Indeed, the situation would clear up with more rapidity if we went to the other extreme and thought of labor always as thirty million separate individuals. We would be nearer the truth than to consider them as this one great like-minded mass, all yearning for the same spiritual freedom; all eager for the downfall of capitalism.
What can one individual know of the hopes and desires of thirty millions? Indeed, it is a rare situation where one person can speak honestly and intelligently for one hundred others. Most of us know precious little about ourselves. We understand still less concerning anyone else. In a very general way, everyone in the nation wants the same things. That is a good point to remember, for those who would exaggerate group distinctions. In a particular way, no two people function exactly alike, have the same ambitions, same capacities.
There is, indeed, no great like-minded mass of laborers. Instead we have millions of workers split into countless small groups, whose group interests in the great majority of cases loom larger on the horizon than any hold the labor movement, as such, might have on them. Such interests, for instance, as family, nationality, religion, politics. Besides, there is the division which sex interests and rivalries make--the conflict, too, between youth and age.
Yet for the sake of a working efficiency we must do a minimum of classifying. Thirty million is too large a number to handle separately. There seems to be a justification for a division of labor, industrially considered, into three groups, realizing the division is a very loose one:
1. Labor or class-conscious group. 2. Industrially conscious group. 3. Industrially nonconscious group.
The great problem of the immediate future is to get groups 1 and 3 into Group 2. The more idealistic problem of the more distant future is to turn a great industrially conscious group into a socially conscious group.
* * * * *
By the first group, the labor or class-conscious group, is meant the members of the American Federation of Labor, Industrial Workers of the World, four railroad Brotherhoods, Amalgamated Clothing Workers, socialist and communist organizations--workers whose affiliations with certain bodies tend to make them ultraconscious of the fact that they are wage workers and against the capitalist system.
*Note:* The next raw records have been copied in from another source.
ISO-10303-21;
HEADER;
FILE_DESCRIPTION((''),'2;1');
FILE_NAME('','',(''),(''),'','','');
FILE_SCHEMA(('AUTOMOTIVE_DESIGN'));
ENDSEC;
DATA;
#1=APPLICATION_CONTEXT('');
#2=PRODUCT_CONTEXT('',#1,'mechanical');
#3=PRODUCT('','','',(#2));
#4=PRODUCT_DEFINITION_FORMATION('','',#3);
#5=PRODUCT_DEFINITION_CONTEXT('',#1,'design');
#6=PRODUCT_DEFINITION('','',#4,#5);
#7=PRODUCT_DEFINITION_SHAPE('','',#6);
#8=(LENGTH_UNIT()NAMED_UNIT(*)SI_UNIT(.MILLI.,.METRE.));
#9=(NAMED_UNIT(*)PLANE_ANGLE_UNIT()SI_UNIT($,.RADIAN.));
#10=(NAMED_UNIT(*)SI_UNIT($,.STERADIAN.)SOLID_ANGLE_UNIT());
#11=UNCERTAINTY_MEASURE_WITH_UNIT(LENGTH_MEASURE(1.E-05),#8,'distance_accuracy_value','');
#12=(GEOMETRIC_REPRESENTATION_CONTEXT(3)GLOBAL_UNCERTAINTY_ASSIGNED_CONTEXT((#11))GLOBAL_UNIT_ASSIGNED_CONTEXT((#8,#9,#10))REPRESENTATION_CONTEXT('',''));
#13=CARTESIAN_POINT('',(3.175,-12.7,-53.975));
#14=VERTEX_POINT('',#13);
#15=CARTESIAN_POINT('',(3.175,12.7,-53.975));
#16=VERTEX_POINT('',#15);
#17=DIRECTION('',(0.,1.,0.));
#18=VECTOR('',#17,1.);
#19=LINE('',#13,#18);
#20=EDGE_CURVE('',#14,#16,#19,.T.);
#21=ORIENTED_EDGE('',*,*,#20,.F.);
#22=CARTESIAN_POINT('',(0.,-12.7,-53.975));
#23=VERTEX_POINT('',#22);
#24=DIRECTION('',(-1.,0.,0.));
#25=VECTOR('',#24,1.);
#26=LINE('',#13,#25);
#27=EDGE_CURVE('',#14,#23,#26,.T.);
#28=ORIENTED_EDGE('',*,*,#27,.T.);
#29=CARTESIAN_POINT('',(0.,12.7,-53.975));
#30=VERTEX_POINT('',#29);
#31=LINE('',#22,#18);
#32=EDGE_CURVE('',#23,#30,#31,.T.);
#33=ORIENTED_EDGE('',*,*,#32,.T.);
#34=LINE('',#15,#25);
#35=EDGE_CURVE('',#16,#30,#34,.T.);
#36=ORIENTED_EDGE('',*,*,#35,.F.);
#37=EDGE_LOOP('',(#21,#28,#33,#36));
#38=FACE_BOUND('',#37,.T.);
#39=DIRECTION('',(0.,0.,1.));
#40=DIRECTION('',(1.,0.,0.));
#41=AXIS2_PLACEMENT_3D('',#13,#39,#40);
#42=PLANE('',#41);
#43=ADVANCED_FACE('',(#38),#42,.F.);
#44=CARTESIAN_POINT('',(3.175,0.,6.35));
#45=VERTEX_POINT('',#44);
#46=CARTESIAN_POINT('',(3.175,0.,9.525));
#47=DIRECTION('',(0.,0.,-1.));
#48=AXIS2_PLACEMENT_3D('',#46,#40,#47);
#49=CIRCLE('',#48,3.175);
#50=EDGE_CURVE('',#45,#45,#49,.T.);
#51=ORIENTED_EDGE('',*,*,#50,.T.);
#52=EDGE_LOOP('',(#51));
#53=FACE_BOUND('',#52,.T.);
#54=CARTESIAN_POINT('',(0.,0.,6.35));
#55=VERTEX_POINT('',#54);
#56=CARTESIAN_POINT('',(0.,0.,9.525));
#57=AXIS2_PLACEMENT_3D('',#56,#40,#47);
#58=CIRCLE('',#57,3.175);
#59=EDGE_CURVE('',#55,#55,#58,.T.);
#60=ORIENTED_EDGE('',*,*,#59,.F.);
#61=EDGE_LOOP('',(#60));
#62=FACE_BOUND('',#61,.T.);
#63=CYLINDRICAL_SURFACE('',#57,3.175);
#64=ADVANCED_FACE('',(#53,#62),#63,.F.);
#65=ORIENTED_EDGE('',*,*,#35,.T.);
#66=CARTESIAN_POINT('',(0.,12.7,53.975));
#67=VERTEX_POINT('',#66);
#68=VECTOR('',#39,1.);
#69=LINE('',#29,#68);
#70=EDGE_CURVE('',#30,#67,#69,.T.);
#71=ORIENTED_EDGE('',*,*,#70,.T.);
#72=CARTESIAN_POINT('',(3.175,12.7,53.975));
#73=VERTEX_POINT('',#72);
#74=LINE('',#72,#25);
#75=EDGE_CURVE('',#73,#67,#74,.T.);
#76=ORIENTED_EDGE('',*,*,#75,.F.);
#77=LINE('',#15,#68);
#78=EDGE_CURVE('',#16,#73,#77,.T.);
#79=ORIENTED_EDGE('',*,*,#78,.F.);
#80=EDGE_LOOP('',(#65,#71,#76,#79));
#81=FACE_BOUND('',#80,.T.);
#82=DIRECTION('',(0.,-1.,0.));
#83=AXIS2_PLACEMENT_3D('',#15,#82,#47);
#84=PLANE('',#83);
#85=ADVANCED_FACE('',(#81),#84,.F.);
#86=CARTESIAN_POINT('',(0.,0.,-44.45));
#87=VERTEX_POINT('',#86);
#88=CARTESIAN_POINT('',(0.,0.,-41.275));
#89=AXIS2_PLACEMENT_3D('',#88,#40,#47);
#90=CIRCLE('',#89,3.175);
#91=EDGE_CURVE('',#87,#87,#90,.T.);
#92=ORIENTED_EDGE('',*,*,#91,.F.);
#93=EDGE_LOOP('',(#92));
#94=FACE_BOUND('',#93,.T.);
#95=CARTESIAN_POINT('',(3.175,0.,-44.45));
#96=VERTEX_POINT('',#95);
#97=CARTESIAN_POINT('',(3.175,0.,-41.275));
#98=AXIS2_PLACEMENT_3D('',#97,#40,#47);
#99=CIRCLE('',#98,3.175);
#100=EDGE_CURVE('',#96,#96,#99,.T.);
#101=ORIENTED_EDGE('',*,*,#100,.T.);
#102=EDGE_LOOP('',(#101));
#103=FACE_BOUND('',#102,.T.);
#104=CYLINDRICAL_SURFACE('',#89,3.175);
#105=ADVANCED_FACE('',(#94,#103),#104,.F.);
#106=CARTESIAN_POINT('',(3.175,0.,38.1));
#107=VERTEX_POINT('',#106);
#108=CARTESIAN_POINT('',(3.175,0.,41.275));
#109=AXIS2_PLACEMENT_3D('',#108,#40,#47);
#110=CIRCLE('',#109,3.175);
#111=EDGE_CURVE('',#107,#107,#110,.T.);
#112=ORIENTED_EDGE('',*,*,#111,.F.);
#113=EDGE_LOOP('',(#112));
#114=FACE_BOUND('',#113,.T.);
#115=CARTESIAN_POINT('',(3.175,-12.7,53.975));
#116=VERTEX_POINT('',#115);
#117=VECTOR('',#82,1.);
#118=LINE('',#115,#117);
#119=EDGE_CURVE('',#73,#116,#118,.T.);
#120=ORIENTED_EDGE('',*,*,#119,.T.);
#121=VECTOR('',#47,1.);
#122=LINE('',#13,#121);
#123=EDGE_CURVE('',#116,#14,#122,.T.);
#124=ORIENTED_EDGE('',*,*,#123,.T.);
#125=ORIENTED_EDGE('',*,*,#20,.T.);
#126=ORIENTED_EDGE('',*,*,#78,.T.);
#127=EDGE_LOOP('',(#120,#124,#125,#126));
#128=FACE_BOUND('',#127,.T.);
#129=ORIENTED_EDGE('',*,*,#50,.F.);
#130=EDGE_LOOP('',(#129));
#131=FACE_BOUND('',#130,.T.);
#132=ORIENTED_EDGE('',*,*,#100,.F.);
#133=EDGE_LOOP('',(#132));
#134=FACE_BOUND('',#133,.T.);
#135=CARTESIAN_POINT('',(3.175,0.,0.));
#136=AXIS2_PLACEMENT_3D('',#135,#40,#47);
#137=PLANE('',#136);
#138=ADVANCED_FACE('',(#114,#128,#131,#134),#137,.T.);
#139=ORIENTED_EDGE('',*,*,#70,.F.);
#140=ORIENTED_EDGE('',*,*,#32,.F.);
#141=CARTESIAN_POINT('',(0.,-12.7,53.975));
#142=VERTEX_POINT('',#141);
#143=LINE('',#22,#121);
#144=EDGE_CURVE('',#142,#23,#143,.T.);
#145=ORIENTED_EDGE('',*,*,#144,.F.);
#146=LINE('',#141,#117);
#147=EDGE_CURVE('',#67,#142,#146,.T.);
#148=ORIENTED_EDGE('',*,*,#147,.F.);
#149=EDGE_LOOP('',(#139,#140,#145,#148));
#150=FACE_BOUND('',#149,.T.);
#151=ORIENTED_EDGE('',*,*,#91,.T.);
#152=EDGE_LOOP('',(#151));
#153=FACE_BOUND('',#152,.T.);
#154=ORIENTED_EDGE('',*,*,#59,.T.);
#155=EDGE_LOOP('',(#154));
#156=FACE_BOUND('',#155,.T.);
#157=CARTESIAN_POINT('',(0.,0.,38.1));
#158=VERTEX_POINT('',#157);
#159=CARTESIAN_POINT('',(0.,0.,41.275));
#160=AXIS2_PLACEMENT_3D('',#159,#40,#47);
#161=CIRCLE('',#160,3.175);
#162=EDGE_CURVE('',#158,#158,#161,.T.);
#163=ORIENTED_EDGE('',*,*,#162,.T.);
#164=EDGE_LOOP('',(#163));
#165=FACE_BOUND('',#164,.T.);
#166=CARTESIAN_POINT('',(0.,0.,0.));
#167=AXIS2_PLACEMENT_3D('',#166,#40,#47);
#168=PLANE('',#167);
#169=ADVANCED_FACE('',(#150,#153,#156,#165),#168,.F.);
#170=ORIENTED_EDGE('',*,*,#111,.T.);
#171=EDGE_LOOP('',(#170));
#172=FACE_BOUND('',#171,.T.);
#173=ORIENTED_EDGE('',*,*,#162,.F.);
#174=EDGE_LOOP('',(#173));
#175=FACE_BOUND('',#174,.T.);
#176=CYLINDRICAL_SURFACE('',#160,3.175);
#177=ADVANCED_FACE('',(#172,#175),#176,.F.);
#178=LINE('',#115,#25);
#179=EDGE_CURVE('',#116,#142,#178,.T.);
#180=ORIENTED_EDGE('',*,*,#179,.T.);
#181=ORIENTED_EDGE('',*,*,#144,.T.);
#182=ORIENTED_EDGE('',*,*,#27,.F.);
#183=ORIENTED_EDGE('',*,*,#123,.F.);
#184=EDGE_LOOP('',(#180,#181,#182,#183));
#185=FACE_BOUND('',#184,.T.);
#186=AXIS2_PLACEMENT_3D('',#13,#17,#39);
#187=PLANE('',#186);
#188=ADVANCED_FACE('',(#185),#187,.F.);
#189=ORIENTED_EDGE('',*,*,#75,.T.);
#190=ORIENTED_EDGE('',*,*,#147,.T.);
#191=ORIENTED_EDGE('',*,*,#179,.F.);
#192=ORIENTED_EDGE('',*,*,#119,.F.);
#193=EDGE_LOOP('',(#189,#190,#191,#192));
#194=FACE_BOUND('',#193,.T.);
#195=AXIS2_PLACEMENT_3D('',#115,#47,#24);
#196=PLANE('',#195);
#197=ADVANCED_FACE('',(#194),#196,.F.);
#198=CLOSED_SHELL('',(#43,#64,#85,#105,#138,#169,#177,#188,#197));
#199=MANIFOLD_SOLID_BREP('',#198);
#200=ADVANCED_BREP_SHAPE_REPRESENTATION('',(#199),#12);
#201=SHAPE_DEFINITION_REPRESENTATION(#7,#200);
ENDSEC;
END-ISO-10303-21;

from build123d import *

# Parameters (mm, degrees)
SKETCH1_W           = 107.95
SKETCH1_H           = 25.4
BOSS_EXTRUDE1_DEPTH = 3.175
SKETCH2_R           = 3.175
CUT_EXTRUDE1_DEPTH  = 4.175


with BuildPart() as part:
    # Sketch1 → Boss-Extrude1 (new body)
    with BuildSketch(Plane(origin=(0, 0, 0), x_dir=(0, 0, -1), z_dir=(1, 0, 0))):
        Rectangle(SKETCH1_W, SKETCH1_H)
    extrude(amount=BOSS_EXTRUDE1_DEPTH)

    # Sketch2 → Cut-Extrude1 (cut, through all)
    with BuildSketch(Plane(origin=(3.175, 0, 0), x_dir=(0, 0, -1), z_dir=(1, 0, 0))):
        with Locations((41.275, 0)):
            Circle(SKETCH2_R)
        with Locations((-9.525, 0)):
            Circle(SKETCH2_R)
        with Locations((-41.275, 0)):
            Circle(SKETCH2_R)
    extrude(amount=-CUT_EXTRUDE1_DEPTH, mode=Mode.SUBTRACT)


solid = part.part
Class antagonism is fostered. There is much use of the word "exploited." In their press and on their platforms such expressions are emphasized as "profits for the lazy who exploit the workers." Everything possible is done to paint labor white, the employer black, forgetting that no side has the monopoly in any shade.
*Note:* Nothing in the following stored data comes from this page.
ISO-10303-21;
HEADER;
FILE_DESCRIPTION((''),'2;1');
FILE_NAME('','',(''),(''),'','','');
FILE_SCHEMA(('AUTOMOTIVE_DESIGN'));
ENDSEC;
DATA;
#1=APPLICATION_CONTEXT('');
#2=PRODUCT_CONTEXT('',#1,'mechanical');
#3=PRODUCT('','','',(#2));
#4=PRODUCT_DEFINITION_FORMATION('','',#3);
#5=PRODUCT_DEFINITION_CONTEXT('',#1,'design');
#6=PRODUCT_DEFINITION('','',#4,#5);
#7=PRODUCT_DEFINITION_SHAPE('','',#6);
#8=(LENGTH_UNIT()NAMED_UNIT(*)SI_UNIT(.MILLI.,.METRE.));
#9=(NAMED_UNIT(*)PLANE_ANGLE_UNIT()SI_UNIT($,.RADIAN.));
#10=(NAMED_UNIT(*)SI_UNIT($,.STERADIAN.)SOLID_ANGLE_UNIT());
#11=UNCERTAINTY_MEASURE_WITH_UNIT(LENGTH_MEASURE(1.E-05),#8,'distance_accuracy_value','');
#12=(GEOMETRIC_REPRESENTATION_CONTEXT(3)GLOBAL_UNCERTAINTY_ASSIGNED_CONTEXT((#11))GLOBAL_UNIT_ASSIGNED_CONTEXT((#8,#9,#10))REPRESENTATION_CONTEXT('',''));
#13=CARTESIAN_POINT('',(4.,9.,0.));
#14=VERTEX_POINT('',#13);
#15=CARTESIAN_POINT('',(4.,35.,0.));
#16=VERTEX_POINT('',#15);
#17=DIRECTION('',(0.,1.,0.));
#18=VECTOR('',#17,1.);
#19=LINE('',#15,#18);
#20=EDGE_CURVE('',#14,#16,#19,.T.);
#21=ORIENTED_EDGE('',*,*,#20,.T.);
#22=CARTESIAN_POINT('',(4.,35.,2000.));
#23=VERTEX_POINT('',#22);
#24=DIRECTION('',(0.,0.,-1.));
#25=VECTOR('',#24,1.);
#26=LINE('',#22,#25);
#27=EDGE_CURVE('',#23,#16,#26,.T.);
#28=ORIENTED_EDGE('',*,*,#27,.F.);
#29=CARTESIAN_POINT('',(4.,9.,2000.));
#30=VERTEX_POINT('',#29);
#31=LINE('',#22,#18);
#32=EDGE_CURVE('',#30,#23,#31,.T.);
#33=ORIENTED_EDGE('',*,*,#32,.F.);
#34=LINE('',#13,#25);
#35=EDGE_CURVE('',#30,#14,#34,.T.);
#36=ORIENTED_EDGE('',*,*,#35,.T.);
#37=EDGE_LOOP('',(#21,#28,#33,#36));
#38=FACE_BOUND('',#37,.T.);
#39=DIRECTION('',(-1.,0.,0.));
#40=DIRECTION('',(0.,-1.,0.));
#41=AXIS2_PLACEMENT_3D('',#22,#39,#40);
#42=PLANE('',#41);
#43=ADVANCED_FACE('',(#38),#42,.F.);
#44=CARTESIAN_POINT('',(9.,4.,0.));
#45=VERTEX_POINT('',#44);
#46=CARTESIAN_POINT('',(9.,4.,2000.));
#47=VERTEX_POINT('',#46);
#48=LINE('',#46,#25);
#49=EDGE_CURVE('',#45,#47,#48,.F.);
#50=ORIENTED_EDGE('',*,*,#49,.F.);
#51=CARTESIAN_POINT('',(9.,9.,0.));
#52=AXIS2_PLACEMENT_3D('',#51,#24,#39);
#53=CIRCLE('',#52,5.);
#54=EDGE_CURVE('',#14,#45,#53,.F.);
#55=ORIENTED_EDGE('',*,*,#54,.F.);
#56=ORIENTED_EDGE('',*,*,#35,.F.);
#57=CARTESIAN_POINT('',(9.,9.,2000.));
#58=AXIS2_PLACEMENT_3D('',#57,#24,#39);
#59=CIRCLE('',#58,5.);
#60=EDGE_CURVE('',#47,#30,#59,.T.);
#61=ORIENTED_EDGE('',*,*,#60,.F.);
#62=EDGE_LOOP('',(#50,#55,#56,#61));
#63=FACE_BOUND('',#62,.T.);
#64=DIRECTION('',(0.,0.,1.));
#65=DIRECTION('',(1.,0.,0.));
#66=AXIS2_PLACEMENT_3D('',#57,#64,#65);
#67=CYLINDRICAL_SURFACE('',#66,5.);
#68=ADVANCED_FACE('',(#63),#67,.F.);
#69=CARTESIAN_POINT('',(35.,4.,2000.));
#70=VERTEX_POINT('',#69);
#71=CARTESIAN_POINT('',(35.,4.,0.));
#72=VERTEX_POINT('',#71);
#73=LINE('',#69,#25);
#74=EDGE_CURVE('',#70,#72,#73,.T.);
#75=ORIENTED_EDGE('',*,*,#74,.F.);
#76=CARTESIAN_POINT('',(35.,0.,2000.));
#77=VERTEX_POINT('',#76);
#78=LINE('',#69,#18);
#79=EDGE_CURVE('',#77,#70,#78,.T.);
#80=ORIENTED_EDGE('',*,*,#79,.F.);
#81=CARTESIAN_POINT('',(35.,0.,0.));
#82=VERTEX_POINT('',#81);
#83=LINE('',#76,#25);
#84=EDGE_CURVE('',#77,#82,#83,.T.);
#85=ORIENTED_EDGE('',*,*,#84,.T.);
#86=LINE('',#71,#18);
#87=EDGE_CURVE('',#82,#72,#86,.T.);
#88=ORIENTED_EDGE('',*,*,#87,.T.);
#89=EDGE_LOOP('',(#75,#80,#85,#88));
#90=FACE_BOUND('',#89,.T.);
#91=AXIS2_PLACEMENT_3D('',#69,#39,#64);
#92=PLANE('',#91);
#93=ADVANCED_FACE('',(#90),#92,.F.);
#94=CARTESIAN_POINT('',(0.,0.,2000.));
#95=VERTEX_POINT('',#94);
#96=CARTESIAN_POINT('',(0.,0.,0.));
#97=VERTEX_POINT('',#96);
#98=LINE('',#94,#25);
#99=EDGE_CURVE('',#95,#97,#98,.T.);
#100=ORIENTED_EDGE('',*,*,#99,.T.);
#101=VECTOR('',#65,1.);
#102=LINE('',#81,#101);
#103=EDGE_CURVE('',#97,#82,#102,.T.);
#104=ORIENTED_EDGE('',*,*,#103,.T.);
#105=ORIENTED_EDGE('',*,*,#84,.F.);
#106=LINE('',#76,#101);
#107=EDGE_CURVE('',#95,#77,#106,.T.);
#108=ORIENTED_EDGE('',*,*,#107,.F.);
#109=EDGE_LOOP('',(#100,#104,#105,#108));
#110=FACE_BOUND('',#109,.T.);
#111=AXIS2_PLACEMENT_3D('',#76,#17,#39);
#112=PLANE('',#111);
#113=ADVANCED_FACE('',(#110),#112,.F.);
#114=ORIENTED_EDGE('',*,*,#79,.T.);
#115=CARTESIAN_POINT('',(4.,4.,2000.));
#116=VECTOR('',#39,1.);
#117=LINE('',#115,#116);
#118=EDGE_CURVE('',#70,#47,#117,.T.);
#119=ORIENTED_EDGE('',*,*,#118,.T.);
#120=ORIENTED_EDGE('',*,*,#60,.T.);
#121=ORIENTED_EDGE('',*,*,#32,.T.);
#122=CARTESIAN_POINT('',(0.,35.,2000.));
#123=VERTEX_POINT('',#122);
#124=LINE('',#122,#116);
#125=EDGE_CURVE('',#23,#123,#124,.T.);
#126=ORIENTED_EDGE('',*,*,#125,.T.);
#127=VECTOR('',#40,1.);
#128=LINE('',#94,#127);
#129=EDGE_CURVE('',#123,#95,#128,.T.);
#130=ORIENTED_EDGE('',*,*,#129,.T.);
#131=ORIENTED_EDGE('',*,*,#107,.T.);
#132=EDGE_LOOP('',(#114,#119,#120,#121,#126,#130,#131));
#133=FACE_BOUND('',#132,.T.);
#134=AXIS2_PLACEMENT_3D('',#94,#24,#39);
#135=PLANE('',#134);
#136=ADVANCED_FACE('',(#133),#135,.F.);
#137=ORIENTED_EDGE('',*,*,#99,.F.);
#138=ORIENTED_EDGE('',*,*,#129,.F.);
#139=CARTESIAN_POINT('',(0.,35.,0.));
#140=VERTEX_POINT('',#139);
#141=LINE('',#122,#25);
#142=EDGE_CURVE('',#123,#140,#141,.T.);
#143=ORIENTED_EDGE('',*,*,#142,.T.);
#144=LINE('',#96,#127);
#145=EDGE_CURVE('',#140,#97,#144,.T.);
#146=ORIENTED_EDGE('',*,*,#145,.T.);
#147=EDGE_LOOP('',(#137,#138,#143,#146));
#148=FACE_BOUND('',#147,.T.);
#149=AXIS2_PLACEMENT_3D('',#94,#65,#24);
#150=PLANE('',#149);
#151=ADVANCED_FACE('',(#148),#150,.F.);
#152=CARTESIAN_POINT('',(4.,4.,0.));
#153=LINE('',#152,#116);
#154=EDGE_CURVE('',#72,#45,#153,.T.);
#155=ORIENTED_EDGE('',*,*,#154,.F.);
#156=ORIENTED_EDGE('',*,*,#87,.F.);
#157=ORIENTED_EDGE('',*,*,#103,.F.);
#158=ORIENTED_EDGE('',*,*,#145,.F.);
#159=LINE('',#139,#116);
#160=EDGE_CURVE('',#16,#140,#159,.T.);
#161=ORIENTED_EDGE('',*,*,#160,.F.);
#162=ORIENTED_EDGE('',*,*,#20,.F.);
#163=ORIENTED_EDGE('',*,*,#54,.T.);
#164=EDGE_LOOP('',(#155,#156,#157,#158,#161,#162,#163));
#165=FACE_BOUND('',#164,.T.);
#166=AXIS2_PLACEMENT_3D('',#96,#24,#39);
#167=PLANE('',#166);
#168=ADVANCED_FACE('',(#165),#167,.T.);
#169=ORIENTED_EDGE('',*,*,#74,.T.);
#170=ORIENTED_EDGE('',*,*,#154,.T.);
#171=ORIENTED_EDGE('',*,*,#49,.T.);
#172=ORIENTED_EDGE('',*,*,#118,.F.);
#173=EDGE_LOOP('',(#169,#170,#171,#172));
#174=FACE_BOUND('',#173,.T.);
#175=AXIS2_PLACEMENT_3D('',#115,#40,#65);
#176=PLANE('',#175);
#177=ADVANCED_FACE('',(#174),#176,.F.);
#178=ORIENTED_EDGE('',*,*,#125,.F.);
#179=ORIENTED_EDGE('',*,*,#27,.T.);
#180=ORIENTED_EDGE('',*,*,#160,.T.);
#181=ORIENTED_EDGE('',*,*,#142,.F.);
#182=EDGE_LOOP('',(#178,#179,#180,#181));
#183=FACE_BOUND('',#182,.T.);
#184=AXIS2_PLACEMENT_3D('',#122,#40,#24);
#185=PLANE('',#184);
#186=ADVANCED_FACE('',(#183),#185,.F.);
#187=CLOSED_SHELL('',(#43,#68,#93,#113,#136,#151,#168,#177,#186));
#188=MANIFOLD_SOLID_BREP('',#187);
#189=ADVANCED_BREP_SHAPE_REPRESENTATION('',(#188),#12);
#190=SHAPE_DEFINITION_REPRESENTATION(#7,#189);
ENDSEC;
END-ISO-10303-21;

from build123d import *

# Parameters (mm, degrees)
BOSS_EXTRU_1_DEPTH = 2000
CONG_1_R           = 5


with BuildPart() as part:
    # Esquisse1 → Boss.-Extru.1 (new body)
    with BuildSketch(Plane.XY):
        Polygon((0, 0), (0, 35), (4, 35), (4, 4), (35, 4), (35, 0), align=None)
    extrude(amount=BOSS_EXTRU_1_DEPTH)

    # Congé1
    cong_1_edges = [part.edges().sort_by_distance(p)[0] for p in [
        (4, 4, 1000),
    ]]
    fillet(cong_1_edges, radius=CONG_1_R)


solid = part.part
To those who from sympathy or antagonism would picture at least organized labor as like-minded, it must be pointed out that for the great part the several millions represented by Group 1 are perhaps more often warring in their aims and desires than acting as one. Never have they acted as one. Organized labor represents but a fraction of labor as a whole. Some more or less spectacular action on the part of capital against labor always tends to solidify the organized workers. They are potentially like-minded in specific instances. Otherwise the interests of the carpenters' union tends to overshadow the interests of the A. F. of L. as a whole; the interests of the A. F. of L. tend most decidedly to overshadow the interests of organized labor as a whole. Socialists bark at communists. Charges of capitalist tendencies are made against the four Brotherhoods. The women's unions feel legislated against in the affairs of labor. Indeed, only utter stupidity on the part of capital ever could weld organized labor into enough solidarity to get society or anyone else agitated for long. Much of the "open shop" fight borders on such stupidity.